米紙ニューヨーク・タイムズ(電子版)は16日、米国のトランプ大統領が15日に米アラスカで行ったプーチン露大統領との首脳会談後、欧州首脳らに対して、ウクライナが東部ドンバス地方(ドネツク、ルハンスク両州)から自国軍を撤退させ露側に明け渡すことを引き換えに、ロシアがウクライナ侵略を終結させる計画を支持していると伝えたと報じた。
トランプ氏と欧州首脳らとの電話会談の内容を知る欧州高官が明らかにした。トランプ氏の話によれば、ウクライナのウォロディミル・ゼレンスキー大統領がドンバス地方を露側に明け渡すことに同意すれば、見返りとして、プーチン氏は、ウクライナの残り地域での現在の戦線での停戦と、ウクライナや欧州各国を再び攻撃しないという書面の約束をすると提案したという。
米政策研究機関「戦争研究所」によれば、ロシアはルハンスク州の全域を掌握しているのに対し、ドネツク州の25%程度(約6500平方キロ・メートル)は制圧に至っていない。軍事力での占領には「何年もかかる」とされている。
ゼレンスキー氏や欧州首脳らはドンバス地方を露側に明け渡すことに強く反対している。

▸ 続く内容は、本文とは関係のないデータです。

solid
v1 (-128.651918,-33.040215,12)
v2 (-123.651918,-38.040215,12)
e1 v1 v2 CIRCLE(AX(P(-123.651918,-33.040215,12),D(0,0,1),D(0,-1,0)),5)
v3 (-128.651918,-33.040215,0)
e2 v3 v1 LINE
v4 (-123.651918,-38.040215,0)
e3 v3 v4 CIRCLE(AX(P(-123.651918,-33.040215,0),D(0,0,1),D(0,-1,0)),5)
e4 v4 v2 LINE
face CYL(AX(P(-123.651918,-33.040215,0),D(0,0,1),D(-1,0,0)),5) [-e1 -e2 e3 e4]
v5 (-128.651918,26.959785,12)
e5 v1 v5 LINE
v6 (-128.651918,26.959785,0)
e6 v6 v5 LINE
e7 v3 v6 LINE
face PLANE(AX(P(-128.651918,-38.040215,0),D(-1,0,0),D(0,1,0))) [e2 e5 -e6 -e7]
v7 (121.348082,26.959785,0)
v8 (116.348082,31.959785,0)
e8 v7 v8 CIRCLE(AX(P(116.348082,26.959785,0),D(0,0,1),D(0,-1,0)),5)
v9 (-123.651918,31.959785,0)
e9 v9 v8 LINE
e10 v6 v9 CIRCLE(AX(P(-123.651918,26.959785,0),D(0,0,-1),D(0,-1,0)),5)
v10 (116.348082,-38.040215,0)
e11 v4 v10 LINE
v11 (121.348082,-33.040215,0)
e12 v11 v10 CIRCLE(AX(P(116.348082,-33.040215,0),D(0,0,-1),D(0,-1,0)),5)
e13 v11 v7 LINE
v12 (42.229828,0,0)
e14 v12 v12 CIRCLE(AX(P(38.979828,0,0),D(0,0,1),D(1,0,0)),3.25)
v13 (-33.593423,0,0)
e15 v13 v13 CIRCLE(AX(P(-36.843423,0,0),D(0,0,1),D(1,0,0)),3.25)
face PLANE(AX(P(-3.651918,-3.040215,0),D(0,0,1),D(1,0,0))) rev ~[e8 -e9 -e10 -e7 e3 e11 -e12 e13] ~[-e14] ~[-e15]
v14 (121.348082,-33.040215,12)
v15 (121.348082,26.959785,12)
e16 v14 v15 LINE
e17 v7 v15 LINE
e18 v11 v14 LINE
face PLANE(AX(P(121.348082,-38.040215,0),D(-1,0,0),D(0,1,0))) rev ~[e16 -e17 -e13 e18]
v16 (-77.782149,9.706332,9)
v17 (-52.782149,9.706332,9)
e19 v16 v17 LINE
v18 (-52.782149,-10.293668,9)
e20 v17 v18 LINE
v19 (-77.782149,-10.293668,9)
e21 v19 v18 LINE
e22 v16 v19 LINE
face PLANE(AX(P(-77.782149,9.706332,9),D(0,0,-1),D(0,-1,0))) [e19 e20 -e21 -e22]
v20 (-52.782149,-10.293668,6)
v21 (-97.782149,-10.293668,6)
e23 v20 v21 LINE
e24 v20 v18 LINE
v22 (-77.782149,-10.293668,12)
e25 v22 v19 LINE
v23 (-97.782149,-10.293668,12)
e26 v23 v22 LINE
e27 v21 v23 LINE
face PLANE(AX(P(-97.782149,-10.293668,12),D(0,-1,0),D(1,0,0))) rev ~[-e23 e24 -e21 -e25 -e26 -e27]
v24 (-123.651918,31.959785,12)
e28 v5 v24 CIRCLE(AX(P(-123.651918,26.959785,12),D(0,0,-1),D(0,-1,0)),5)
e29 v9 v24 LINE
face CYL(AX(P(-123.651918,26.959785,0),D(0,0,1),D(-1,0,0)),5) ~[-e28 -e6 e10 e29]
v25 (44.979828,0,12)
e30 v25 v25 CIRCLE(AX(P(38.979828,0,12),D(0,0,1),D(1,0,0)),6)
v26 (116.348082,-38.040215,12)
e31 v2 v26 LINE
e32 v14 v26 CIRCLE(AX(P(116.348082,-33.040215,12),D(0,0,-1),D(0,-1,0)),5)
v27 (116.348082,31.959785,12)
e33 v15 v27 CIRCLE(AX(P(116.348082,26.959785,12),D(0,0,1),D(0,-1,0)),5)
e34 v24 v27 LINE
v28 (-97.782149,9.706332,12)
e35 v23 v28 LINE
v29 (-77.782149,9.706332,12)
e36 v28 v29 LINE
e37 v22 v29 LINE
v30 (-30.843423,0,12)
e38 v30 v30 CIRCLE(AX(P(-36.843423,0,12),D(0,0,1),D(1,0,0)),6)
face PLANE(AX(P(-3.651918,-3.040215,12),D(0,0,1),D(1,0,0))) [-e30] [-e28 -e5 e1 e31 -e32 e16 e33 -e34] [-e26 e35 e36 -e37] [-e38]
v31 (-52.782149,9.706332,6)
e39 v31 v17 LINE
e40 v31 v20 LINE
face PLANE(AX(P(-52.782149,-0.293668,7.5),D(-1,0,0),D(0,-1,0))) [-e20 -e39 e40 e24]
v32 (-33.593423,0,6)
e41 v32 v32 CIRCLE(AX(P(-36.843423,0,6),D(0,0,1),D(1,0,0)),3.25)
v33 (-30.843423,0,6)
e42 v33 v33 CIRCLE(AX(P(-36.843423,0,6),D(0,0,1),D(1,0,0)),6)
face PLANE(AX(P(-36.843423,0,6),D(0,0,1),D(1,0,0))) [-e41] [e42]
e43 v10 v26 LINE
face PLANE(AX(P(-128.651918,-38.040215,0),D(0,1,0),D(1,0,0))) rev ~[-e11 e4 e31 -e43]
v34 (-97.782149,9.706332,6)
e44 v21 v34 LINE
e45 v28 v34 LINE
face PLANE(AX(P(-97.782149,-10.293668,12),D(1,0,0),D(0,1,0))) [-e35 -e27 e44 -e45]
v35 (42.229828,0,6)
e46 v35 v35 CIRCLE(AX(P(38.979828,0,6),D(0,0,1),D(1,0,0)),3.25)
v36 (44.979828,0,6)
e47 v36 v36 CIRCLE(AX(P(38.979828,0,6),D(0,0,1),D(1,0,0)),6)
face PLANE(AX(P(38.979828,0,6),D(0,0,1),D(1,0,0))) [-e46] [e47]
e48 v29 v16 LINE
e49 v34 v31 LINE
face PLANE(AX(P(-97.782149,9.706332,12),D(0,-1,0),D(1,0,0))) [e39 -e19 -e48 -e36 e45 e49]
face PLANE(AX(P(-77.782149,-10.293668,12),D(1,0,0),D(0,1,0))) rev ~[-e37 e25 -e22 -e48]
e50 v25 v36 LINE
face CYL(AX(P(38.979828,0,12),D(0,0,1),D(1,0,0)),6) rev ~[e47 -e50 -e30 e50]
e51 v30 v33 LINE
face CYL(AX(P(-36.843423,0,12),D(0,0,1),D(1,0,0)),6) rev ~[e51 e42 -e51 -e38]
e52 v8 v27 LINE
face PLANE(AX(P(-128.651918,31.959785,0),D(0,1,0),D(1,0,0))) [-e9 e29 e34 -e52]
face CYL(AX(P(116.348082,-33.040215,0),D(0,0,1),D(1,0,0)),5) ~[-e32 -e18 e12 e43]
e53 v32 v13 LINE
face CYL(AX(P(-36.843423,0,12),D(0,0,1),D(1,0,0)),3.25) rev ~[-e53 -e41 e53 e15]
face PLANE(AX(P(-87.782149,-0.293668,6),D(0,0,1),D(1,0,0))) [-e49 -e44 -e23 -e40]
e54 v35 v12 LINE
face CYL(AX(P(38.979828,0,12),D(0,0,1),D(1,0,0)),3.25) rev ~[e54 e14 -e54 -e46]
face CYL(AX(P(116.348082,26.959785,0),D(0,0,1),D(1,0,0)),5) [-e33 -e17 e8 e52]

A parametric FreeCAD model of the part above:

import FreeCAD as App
import Part
import Sketcher

V = App.Vector
Q = App.Units.Quantity


def edges_at(feature, points):
    """Names of the edges that pass closest to the given points."""
    edges = feature.Shape.Edges
    near = lambda p: min(range(len(edges)), key=lambda i: edges[i].distToShape(Part.Vertex(*p))[0])
    return sorted({f"Edge{near(p) + 1}" for p in points})

doc = App.newDocument("Part")
body = doc.addObject("PartDesign::Body", "Body")

# Sketch on XY plane
sketch1 = body.newObject("Sketcher::SketchObject", "Sketch")
sketch1.AttachmentSupport = (doc.getObject("XY_Plane"), [""])
sketch1.MapMode = "FlatFace"
sketch1.addGeometry([
    Part.LineSegment(V(-129, 32, 0), V(-129, -38, 0)),
    Part.LineSegment(V(-129, -38, 0), V(121, -38, 0)),
    Part.LineSegment(V(121, -38, 0), V(121, 32, 0)),
    Part.LineSegment(V(121, 32, 0), V(-129, 32, 0)),
], False)
sketch1.addConstraint([
    Sketcher.Constraint("Coincident", 0, 2, 1, 1),
    Sketcher.Constraint("Coincident", 1, 2, 2, 1),
    Sketcher.Constraint("Coincident", 2, 2, 3, 1),
    Sketcher.Constraint("Coincident", 3, 2, 0, 1),
    Sketcher.Constraint("Vertical", 0),
    Sketcher.Constraint("Horizontal", 1),
    Sketcher.Constraint("Vertical", 2),
    Sketcher.Constraint("Horizontal", 3),
    Sketcher.Constraint("DistanceX", 1, 1, 1, 2, Q("250 mm")),
    Sketcher.Constraint("DistanceY", 0, 2, 0, 1, Q("70 mm")),
    Sketcher.Constraint("DistanceX", 0, 2, -1, 1, Q("128.651918 mm")),
    Sketcher.Constraint("DistanceY", 0, 2, -1, 1, Q("38.040215 mm")),
])
pad1 = body.newObject("PartDesign::Pad", "Pad")
pad1.Profile = sketch1
pad1.Length = 12

# Sketch on XY plane
sketch2 = body.newObject("Sketcher::SketchObject", "Sketch001")
sketch2.AttachmentSupport = (doc.getObject("XY_Plane"), [""])
sketch2.MapMode = "FlatFace"
sketch2.AttachmentOffset = App.Placement(V(0, 0, 12), App.Rotation())
sketch2.addGeometry([
    Part.Circle(V(-36.8, 0, 0), V(0, 0, 1), 3.2),
    Part.Circle(V(39, 0, 0), V(0, 0, 1), 3.2),
], False)
sketch2.addConstraint([
    Sketcher.Constraint("Equal", 0, 1),
    Sketcher.Constraint("PointOnObject", 0, 3, -1),
    Sketcher.Constraint("PointOnObject", 1, 3, -1),
    Sketcher.Constraint("Diameter", 0, Q("6.5 mm")),
    Sketcher.Constraint("DistanceX", 0, 3, 1, 3, Q("75.823251 mm")),
    Sketcher.Constraint("DistanceX", 0, 3, -1, 1, Q("36.843423 mm")),
])
pocket1 = body.newObject("PartDesign::Pocket", "Pocket")
pocket1.Profile = sketch2
pocket1.Length = 25

# Sketch on XY plane
sketch3 = body.newObject("Sketcher::SketchObject", "Sketch002")
sketch3.AttachmentSupport = (doc.getObject("XY_Plane"), [""])
sketch3.MapMode = "FlatFace"
sketch3.AttachmentOffset = App.Placement(V(0, 0, 12), App.Rotation())
sketch3.addGeometry([
    Part.Circle(V(-37, 0, 0), V(0, 0, 1), 6),
    Part.Circle(V(39, 0, 0), V(0, 0, 1), 6),
], False)
sketch3.addConstraint([
    Sketcher.Constraint("Equal", 0, 1),
    Sketcher.Constraint("PointOnObject", 0, 3, -1),
    Sketcher.Constraint("PointOnObject", 1, 3, -1),
    Sketcher.Constraint("Diameter", 0, Q("12 mm")),
    Sketcher.Constraint("DistanceX", 0, 3, 1, 3, Q("75.823251 mm")),
    Sketcher.Constraint("DistanceX", 0, 3, -1, 1, Q("36.843423 mm")),
])
pocket2 = body.newObject("PartDesign::Pocket", "Pocket001")
pocket2.Profile = sketch3
pocket2.Length = 6

# Sketch on XY plane
sketch4 = body.newObject("Sketcher::SketchObject", "Sketch003")
sketch4.AttachmentSupport = (doc.getObject("XY_Plane"), [""])
sketch4.MapMode = "FlatFace"
sketch4.AttachmentOffset = App.Placement(V(0, 0, 12), App.Rotation())
sketch4.addGeometry([
    Part.LineSegment(V(-98, 10, 0), V(-98, -10, 0)),
    Part.LineSegment(V(-98, -10, 0), V(-78, -10, 0)),
    Part.LineSegment(V(-78, -10, 0), V(-78, 10, 0)),
    Part.LineSegment(V(-78, 10, 0), V(-98, 10, 0)),
], False)
sketch4.addConstraint([
    Sketcher.Constraint("Coincident", 0, 2, 1, 1),
    Sketcher.Constraint("Coincident", 1, 2, 2, 1),
    Sketcher.Constraint("Coincident", 2, 2, 3, 1),
    Sketcher.Constraint("Coincident", 3, 2, 0, 1),
    Sketcher.Constraint("Vertical", 0),
    Sketcher.Constraint("Horizontal", 1),
    Sketcher.Constraint("Vertical", 2),
    Sketcher.Constraint("Horizontal", 3),
    Sketcher.Constraint("Equal", 3, 0),
    Sketcher.Constraint("DistanceX", 1, 1, 1, 2, Q("20 mm")),
    Sketcher.Constraint("DistanceX", 0, 2, -1, 1, Q("97.782149 mm")),
    Sketcher.Constraint("DistanceY", 0, 2, -1, 1, Q("10.293668 mm")),
])
pocket3 = body.newObject("PartDesign::Pocket", "Pocket002")
pocket3.Profile = sketch4
pocket3.Length = 6

# Sketch on YZ plane
sketch5 = body.newObject("Sketcher::SketchObject", "Sketch004")
sketch5.AttachmentSupport = (doc.getObject("YZ_Plane"), [""])
sketch5.MapMode = "FlatFace"
sketch5.AttachmentOffset = App.Placement(V(0, 0, -77.782149), App.Rotation())
sketch5.addGeometry([
    Part.LineSegment(V(9.7, 9, 0), V(9.7, 6, 0)),
    Part.LineSegment(V(9.7, 6, 0), V(-10.3, 6, 0)),
    Part.LineSegment(V(-10.3, 6, 0), V(-10.3, 9, 0)),
    Part.LineSegment(V(-10.3, 9, 0), V(9.7, 9, 0)),
], False)
sketch5.addConstraint([
    Sketcher.Constraint("Coincident", 0, 2, 1, 1),
    Sketcher.Constraint("Coincident", 1, 2, 2, 1),
    Sketcher.Constraint("Coincident", 2, 2, 3, 1),
    Sketcher.Constraint("Coincident", 3, 2, 0, 1),
    Sketcher.Constraint("Vertical", 0),
    Sketcher.Constraint("Horizontal", 1),
    Sketcher.Constraint("Vertical", 2),
    Sketcher.Constraint("Horizontal", 3),
    Sketcher.Constraint("DistanceX", 1, 2, 1, 1, Q("20 mm")),
    Sketcher.Constraint("DistanceY", 0, 2, 0, 1, Q("3 mm")),
    Sketcher.Constraint("DistanceY", -1, 1, 0, 2, Q("6 mm")),
    Sketcher.Constraint("DistanceX", -1, 1, 0, 2, Q("9.706332 mm")),
])
pocket4 = body.newObject("PartDesign::Pocket", "Pocket003")
pocket4.Profile = sketch5
pocket4.Type = "TwoLengths"
pocket4.Length = 20
pocket4.Length2 = 25
doc.recompute()

fillet = body.newObject("PartDesign::Fillet", "Fillet")
fillet.Base = (pocket4, edges_at(pocket4, [
    (-128.652, -38.04, 6),
    (-128.652, 31.96, 6),
    (121.348, -38.04, 6),
    (121.348, 31.96, 6),
]))
fillet.Radius = 5

doc.recompute()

ただ、トランプ氏は18日にホワイトハウスを訪れるゼレンスキー氏と、この計画を議論する見込みだという。欧州首脳らも同席するよう招待されており、議論に参加する可能性がある。
欧州高官によると、トランプ氏は欧州首脳との電話会談でロシアへの追加制裁に言及しなかった。一方、トランプ氏は、プーチン氏が会談でウクライナが「強力な安全の保証」を得ることに同意したと述べた。ただ、北大西洋条約機構(NATO)による安全の保証ではなく、主体は欧州が中心になる見込みだという。
同紙によると、このほかプーチン氏は会談で、ロシア語をウクライナで再び公用語とすることや、ウクライナでのロシア正教会の安全を保証することも求めたという。